PROBLEM TO SOLVE: Where a line of the records holds the string "DIRECTION", copy that line.

Items from a dataset

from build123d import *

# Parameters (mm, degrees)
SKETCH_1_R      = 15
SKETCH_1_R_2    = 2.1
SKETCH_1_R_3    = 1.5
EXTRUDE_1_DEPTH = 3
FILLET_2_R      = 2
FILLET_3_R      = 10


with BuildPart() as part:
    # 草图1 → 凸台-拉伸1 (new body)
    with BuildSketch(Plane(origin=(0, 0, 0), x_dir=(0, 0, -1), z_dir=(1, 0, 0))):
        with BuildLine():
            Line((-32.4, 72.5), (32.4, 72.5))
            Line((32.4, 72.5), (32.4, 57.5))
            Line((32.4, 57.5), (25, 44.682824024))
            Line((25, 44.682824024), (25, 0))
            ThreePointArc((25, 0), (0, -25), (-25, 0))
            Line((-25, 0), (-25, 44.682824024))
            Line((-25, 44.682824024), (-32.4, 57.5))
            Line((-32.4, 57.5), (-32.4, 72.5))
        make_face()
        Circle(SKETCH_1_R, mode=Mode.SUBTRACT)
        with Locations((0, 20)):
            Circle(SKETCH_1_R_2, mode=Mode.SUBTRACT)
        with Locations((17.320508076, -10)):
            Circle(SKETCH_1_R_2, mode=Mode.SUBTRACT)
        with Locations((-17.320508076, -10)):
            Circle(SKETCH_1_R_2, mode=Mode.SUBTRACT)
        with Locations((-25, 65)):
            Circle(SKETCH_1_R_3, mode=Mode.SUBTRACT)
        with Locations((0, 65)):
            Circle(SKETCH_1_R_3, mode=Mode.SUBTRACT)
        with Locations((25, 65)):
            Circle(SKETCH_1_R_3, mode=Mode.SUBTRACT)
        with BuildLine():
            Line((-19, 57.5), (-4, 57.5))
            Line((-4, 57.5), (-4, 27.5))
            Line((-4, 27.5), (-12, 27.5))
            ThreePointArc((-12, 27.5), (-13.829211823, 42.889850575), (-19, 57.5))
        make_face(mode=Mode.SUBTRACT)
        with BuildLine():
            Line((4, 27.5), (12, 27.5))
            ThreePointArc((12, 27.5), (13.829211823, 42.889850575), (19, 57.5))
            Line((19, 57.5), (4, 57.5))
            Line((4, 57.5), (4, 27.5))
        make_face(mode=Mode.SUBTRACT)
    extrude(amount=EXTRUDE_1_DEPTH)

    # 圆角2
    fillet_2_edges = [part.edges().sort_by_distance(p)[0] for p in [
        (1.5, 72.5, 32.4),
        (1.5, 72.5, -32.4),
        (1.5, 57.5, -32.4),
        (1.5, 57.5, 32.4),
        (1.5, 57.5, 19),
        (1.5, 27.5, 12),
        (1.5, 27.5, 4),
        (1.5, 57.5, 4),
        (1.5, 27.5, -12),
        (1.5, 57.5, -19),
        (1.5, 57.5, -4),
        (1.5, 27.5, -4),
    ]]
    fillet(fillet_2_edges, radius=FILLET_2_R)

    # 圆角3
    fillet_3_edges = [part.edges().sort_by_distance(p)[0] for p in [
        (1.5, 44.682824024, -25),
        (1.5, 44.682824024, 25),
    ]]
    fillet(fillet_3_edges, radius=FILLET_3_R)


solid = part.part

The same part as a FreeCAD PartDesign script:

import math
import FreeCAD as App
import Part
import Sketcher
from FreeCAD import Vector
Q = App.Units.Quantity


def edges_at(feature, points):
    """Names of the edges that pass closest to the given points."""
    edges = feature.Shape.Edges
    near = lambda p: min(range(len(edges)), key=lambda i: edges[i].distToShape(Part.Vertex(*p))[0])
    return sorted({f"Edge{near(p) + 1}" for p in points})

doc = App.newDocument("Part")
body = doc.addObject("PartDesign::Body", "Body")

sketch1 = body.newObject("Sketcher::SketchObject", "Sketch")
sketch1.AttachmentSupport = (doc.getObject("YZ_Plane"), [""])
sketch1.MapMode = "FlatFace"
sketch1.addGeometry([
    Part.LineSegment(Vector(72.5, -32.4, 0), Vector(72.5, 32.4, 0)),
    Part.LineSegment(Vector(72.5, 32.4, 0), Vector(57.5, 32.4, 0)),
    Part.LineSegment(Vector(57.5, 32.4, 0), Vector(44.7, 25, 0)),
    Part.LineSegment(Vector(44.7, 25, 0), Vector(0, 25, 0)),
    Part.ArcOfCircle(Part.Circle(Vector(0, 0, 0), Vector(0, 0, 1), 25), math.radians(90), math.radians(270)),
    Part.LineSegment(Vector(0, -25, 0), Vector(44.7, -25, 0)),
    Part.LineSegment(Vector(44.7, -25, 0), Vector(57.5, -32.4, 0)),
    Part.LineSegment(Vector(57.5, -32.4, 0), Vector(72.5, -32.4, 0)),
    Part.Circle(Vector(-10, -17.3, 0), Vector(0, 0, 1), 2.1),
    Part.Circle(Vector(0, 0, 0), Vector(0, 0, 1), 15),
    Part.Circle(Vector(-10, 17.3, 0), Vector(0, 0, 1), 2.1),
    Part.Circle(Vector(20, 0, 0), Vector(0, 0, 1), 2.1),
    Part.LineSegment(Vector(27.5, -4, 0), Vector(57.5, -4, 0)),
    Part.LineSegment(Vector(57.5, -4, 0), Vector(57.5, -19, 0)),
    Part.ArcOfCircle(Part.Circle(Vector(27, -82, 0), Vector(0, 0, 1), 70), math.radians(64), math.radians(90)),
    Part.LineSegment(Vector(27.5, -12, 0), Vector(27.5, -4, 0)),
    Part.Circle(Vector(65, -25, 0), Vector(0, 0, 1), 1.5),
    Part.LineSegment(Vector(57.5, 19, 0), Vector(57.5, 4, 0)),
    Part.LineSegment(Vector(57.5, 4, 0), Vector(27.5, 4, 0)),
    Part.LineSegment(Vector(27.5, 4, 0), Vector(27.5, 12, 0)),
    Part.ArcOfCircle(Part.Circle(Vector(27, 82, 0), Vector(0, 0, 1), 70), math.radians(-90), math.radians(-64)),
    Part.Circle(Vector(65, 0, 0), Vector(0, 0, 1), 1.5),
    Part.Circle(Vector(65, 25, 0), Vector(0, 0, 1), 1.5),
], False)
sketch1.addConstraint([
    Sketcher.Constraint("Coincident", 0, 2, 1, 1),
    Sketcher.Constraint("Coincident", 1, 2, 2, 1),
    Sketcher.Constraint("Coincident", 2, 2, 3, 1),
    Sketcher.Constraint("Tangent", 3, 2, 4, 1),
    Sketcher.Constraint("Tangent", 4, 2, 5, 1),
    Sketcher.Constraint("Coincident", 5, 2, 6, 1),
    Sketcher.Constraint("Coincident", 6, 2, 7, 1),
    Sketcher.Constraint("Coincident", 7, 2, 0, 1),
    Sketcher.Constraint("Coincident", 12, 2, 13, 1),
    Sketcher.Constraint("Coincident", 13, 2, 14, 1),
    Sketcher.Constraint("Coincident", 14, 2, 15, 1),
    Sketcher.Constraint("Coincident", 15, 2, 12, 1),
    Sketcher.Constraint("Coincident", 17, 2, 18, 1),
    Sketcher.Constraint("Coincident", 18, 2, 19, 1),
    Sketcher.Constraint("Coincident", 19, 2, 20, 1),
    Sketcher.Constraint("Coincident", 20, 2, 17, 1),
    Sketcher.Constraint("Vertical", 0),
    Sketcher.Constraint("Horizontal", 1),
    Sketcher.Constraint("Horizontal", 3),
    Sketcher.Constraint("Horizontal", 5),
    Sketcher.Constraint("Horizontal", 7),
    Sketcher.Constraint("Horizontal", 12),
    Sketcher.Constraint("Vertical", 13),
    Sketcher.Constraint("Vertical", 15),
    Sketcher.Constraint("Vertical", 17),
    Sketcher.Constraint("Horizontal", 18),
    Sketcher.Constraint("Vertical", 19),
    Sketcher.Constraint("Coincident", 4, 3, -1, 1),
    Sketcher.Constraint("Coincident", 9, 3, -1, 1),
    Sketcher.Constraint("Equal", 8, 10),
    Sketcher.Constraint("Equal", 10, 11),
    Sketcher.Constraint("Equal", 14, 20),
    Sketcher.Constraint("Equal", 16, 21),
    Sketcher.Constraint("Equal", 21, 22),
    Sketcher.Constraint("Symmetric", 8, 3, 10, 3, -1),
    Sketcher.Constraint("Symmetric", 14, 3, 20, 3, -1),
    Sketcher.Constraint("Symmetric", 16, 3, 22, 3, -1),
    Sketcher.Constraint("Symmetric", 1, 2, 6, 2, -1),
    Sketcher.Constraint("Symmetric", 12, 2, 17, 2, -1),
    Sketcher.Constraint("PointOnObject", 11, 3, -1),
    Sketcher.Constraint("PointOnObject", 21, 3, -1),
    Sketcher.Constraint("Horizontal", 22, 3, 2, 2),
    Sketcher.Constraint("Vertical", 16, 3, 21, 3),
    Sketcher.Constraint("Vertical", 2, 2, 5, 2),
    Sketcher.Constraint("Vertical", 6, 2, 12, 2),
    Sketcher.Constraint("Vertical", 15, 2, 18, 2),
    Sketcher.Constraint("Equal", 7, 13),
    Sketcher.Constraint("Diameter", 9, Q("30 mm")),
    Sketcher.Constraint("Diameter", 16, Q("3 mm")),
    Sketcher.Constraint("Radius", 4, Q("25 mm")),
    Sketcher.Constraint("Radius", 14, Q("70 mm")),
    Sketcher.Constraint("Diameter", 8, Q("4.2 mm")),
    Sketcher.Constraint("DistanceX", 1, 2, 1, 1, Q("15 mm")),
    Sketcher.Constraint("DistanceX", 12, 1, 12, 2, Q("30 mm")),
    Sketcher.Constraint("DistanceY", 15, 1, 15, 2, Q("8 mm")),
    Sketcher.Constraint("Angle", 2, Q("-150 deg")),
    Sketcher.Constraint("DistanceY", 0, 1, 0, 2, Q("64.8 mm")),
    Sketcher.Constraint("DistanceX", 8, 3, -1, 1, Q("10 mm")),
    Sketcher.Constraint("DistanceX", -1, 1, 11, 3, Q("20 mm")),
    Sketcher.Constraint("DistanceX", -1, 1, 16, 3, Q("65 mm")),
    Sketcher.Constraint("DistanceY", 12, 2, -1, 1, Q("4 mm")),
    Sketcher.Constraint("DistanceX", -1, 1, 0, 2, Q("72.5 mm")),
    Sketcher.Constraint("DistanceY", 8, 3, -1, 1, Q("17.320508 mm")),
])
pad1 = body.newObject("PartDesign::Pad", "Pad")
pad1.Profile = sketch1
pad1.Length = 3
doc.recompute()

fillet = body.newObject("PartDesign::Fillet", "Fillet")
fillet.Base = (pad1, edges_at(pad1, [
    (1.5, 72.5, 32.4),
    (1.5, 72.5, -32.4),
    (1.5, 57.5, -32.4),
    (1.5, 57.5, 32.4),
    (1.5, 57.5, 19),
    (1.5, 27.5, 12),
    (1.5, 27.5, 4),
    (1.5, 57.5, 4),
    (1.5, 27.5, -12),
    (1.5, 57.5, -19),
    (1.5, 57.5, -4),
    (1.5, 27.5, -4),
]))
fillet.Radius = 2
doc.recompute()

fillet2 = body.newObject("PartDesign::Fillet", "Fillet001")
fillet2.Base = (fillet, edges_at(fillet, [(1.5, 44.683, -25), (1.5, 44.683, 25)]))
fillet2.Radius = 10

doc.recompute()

* * *

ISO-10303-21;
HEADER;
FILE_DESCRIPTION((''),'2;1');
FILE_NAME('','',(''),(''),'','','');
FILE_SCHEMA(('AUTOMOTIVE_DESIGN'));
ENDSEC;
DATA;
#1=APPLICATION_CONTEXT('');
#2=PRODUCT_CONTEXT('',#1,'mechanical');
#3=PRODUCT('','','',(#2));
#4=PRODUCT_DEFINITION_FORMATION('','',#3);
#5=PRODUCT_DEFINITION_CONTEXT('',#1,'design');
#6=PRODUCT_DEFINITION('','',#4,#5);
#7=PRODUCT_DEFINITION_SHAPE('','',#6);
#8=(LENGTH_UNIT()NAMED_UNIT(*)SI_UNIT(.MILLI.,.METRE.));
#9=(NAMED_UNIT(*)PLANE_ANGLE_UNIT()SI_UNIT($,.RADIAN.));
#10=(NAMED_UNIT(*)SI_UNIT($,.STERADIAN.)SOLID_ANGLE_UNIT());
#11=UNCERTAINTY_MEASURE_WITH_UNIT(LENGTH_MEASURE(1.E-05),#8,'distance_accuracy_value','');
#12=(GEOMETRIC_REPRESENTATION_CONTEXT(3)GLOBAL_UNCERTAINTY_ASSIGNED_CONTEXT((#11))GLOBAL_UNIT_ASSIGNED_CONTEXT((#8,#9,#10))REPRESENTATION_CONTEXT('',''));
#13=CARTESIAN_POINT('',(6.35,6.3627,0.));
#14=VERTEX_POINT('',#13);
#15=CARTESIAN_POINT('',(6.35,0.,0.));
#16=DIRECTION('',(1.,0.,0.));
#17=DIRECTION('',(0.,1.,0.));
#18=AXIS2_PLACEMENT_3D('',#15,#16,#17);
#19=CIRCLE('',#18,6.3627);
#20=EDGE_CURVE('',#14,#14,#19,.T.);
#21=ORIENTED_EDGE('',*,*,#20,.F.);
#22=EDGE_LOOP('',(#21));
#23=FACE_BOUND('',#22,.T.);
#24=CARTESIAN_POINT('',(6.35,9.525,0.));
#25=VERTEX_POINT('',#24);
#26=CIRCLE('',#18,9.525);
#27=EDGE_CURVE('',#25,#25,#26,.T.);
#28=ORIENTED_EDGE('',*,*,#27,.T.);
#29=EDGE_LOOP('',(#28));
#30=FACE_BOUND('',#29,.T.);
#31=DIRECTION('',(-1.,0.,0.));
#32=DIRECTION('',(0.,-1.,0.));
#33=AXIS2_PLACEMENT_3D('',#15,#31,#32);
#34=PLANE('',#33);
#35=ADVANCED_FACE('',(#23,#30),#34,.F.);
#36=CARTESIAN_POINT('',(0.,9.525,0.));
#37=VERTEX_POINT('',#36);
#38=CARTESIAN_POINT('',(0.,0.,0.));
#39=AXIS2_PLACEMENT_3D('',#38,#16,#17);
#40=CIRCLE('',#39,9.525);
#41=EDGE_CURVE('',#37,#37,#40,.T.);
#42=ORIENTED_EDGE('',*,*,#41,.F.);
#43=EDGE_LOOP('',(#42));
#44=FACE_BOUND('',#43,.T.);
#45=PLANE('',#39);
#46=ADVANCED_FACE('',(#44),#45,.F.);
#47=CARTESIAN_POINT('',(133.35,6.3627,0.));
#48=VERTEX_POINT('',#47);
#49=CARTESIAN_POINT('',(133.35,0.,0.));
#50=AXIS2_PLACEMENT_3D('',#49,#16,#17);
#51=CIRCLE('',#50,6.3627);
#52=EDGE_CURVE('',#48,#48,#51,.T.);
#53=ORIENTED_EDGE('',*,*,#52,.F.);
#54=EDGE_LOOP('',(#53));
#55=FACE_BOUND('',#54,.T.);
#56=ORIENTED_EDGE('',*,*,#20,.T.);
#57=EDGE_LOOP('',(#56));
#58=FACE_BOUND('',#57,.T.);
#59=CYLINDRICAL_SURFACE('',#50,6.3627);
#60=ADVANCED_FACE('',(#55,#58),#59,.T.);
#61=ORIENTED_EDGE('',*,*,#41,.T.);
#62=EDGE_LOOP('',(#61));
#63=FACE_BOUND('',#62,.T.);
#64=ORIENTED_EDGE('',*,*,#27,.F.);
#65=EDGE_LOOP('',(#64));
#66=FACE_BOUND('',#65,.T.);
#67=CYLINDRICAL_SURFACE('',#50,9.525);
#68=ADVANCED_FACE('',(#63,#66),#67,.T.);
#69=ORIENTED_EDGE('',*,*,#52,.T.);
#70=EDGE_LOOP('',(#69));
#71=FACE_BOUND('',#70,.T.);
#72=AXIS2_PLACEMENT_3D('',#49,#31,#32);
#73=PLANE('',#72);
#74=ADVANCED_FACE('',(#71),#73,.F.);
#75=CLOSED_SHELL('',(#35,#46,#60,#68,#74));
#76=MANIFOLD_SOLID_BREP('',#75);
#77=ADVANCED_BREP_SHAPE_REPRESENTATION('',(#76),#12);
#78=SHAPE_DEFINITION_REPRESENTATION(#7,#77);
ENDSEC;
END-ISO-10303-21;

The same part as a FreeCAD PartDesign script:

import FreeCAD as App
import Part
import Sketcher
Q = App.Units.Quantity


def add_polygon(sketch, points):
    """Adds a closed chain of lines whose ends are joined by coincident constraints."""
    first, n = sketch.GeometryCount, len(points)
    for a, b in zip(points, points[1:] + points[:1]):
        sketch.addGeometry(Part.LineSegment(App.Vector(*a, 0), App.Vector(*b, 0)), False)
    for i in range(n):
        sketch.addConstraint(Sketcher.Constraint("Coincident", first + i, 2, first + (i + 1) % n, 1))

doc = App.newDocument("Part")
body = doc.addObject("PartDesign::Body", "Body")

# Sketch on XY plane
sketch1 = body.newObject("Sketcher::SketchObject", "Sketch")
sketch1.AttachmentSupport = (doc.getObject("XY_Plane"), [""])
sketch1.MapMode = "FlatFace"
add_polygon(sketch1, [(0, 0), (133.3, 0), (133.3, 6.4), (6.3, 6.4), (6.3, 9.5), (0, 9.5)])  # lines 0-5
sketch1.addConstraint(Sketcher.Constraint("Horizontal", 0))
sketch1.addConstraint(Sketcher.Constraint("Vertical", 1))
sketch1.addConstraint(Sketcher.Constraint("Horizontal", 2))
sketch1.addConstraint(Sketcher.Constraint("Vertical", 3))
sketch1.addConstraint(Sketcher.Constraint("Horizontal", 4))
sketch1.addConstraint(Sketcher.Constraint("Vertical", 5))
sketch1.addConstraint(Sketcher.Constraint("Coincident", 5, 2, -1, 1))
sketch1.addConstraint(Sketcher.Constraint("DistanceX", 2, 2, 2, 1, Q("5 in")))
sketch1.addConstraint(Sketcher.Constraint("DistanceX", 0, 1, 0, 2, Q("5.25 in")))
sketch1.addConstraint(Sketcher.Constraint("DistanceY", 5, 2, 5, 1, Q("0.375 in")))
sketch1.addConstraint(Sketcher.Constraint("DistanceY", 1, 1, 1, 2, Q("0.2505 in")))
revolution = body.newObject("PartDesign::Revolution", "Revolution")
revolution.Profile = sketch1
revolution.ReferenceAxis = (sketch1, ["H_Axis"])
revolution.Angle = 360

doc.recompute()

EXERCISE SOLUTION:
#16=DIRECTION('',(1.,0.,0.));
#17=DIRECTION('',(0.,1.,0.));
#31=DIRECTION('',(-1.,0.,0.));
#32=DIRECTION('',(0.,-1.,0.));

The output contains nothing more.